| AIM OF THE EXERCISE |
Give again, exactly as written, each line of the material below starting at the line that contains "Rectangle(SKETCH1_W, SKETCH1_H)" and ending at the line that contains "fillet(fillet1_edges, radius=FILLET1_R)". Both ends count, and no other line does.

| DATASET RECORDS |
= = =
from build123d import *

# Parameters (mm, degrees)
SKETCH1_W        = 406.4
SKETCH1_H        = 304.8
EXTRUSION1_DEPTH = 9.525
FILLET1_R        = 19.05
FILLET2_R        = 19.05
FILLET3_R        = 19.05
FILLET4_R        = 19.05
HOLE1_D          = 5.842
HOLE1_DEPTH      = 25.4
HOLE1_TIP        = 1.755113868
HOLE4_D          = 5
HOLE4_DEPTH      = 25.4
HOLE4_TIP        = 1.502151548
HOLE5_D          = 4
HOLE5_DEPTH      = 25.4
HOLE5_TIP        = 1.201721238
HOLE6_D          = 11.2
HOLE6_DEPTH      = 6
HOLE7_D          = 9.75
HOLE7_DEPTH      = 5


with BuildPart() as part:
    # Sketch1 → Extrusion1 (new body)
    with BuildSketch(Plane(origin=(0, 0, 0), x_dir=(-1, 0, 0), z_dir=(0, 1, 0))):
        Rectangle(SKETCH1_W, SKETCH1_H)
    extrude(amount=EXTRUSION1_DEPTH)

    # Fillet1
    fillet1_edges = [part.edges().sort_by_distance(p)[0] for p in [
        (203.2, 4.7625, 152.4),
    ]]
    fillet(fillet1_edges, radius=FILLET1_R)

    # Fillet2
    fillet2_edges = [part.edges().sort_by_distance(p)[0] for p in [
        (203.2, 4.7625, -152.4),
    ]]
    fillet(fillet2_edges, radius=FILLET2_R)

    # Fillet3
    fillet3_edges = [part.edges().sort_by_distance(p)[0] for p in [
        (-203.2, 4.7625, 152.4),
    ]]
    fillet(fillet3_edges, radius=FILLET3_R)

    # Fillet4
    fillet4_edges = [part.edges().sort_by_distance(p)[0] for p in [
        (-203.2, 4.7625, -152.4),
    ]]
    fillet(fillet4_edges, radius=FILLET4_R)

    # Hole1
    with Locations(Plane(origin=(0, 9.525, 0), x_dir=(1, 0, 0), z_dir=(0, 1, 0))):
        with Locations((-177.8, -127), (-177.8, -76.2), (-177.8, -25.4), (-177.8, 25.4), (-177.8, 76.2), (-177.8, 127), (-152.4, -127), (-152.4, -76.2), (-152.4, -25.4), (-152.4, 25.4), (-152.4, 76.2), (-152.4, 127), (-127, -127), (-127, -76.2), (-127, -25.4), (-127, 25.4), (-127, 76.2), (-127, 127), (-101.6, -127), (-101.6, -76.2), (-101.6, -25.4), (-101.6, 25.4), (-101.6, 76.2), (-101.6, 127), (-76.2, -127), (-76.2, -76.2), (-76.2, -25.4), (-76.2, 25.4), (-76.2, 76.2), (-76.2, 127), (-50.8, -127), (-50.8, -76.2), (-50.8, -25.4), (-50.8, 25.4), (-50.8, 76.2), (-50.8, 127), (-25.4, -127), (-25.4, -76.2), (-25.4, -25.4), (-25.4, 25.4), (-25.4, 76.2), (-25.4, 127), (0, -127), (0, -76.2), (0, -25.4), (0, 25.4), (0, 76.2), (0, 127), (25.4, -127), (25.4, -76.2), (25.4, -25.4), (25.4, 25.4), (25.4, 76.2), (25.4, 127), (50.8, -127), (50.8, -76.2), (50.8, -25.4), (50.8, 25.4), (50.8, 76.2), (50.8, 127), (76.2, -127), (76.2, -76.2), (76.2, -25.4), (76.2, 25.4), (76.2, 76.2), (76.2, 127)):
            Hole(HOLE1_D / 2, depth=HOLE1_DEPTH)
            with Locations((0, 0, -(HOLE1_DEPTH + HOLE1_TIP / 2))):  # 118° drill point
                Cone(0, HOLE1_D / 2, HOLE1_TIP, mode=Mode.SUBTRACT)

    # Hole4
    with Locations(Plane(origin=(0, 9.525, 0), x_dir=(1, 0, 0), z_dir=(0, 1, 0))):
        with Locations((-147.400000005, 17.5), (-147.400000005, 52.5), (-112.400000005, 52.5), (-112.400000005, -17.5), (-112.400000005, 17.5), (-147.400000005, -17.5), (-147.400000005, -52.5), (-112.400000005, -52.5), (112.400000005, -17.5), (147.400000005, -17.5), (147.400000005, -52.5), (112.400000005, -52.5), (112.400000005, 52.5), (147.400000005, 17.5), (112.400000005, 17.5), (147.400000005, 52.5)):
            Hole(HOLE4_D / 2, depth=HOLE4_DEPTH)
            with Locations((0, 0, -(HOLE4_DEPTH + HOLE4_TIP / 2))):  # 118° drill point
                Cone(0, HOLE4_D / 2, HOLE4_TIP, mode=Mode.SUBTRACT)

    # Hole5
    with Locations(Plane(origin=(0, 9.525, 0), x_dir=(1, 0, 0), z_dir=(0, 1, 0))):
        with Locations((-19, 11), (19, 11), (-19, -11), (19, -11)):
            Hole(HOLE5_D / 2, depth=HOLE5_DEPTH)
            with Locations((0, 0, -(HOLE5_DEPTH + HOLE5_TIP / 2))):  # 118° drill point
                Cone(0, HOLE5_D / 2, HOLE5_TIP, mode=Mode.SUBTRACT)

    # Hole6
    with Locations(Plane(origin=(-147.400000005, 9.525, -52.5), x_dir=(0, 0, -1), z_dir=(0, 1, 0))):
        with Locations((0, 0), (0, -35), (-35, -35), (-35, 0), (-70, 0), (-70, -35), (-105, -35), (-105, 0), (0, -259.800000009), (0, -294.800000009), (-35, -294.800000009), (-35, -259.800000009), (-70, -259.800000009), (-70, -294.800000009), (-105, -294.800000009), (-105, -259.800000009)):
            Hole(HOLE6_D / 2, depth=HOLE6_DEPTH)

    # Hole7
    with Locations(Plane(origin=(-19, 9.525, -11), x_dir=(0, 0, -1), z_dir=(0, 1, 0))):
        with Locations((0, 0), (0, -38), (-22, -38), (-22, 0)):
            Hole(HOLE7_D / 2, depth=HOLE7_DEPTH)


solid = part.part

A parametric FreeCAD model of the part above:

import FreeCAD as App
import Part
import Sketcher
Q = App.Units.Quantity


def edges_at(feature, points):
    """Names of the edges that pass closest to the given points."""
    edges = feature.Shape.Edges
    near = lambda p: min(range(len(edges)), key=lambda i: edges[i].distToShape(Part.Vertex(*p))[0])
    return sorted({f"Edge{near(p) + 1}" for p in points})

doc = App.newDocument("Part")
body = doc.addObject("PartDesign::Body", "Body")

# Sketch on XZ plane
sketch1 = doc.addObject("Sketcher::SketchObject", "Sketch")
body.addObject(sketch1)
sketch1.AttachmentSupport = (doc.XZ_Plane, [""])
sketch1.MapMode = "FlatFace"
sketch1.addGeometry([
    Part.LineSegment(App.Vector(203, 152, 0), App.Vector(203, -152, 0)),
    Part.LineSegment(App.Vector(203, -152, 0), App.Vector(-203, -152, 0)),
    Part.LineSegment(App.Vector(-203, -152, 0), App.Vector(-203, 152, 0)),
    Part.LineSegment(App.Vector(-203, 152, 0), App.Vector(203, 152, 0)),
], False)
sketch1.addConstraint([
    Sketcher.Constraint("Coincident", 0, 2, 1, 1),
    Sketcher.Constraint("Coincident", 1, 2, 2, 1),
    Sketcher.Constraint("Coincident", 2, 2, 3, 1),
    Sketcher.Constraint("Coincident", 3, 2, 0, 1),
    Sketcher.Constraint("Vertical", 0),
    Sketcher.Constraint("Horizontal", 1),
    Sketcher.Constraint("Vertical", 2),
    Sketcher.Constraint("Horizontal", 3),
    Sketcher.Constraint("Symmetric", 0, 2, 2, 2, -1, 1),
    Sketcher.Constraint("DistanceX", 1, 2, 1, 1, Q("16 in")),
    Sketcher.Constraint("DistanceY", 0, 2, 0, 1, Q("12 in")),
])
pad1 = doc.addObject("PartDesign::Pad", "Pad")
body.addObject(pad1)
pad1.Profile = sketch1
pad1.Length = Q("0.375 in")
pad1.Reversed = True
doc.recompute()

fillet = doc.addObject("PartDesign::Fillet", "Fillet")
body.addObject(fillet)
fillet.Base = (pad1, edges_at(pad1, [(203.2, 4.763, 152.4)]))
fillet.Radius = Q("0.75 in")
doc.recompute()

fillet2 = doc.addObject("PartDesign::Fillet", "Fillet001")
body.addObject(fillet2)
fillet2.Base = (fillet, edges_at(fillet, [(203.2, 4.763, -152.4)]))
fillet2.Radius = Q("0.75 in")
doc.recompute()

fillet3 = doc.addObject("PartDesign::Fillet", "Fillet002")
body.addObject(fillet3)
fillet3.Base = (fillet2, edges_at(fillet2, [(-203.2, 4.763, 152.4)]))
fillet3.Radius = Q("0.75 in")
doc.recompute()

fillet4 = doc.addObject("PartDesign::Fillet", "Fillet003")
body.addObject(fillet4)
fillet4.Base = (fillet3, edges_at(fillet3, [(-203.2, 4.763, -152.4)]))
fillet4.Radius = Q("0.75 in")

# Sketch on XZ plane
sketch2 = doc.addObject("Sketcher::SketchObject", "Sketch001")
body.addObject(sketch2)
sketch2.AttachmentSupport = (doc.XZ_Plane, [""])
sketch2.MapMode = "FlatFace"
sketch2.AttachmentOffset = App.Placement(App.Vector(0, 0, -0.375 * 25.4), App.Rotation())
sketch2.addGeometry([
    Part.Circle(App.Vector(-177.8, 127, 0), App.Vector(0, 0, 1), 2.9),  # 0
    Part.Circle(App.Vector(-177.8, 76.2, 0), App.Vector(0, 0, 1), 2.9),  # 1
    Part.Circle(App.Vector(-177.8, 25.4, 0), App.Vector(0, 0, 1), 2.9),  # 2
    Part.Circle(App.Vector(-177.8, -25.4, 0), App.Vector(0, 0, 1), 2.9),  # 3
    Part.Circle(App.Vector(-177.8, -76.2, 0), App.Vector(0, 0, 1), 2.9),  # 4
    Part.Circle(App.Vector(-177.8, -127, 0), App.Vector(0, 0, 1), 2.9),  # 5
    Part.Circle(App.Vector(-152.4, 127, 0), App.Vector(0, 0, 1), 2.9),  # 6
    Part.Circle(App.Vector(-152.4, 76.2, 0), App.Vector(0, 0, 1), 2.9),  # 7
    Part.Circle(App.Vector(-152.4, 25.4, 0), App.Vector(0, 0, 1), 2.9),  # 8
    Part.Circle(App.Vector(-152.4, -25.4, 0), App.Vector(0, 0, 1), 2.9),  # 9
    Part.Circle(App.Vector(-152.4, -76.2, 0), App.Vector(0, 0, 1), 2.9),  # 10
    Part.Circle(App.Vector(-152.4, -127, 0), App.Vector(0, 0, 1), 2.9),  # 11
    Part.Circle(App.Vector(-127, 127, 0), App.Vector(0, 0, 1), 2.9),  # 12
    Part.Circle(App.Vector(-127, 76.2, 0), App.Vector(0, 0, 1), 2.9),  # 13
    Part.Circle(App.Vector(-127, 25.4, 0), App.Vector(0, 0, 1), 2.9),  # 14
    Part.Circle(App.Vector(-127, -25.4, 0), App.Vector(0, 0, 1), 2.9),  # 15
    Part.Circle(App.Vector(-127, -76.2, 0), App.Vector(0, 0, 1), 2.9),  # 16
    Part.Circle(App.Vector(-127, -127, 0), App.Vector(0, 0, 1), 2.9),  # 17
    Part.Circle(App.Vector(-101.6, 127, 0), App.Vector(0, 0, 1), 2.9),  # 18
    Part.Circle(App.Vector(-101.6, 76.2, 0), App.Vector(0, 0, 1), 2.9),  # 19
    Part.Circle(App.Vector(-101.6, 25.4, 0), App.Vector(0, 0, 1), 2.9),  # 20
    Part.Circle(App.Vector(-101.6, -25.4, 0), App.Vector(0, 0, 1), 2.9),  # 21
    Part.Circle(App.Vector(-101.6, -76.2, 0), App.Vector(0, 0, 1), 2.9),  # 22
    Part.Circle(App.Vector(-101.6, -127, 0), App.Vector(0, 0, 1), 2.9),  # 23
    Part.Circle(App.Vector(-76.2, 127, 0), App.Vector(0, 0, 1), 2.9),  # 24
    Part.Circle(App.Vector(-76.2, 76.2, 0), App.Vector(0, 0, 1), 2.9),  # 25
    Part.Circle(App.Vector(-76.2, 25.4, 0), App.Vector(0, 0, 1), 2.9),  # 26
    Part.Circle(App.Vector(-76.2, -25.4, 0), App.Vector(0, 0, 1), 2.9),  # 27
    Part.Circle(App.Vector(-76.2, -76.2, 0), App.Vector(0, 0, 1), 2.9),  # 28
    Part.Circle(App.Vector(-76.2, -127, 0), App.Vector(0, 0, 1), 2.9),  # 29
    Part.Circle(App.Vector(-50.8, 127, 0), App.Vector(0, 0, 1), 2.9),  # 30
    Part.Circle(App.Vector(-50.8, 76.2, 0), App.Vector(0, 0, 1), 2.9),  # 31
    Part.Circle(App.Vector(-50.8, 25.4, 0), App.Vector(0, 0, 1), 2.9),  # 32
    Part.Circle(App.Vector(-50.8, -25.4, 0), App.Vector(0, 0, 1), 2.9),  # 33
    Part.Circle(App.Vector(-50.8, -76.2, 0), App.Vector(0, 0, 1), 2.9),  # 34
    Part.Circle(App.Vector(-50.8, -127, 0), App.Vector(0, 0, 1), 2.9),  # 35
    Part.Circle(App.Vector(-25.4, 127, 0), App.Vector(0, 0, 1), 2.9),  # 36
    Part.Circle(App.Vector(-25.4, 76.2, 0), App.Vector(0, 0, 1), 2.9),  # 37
= = =
| RESPONSE BOX |
        Rectangle(SKETCH1_W, SKETCH1_H)
    extrude(amount=EXTRUSION1_DEPTH)

    # Fillet1
    fillet1_edges = [part.edges().sort_by_distance(p)[0] for p in [
        (203.2, 4.7625, 152.4),
    ]]
    fillet(fillet1_edges, radius=FILLET1_R)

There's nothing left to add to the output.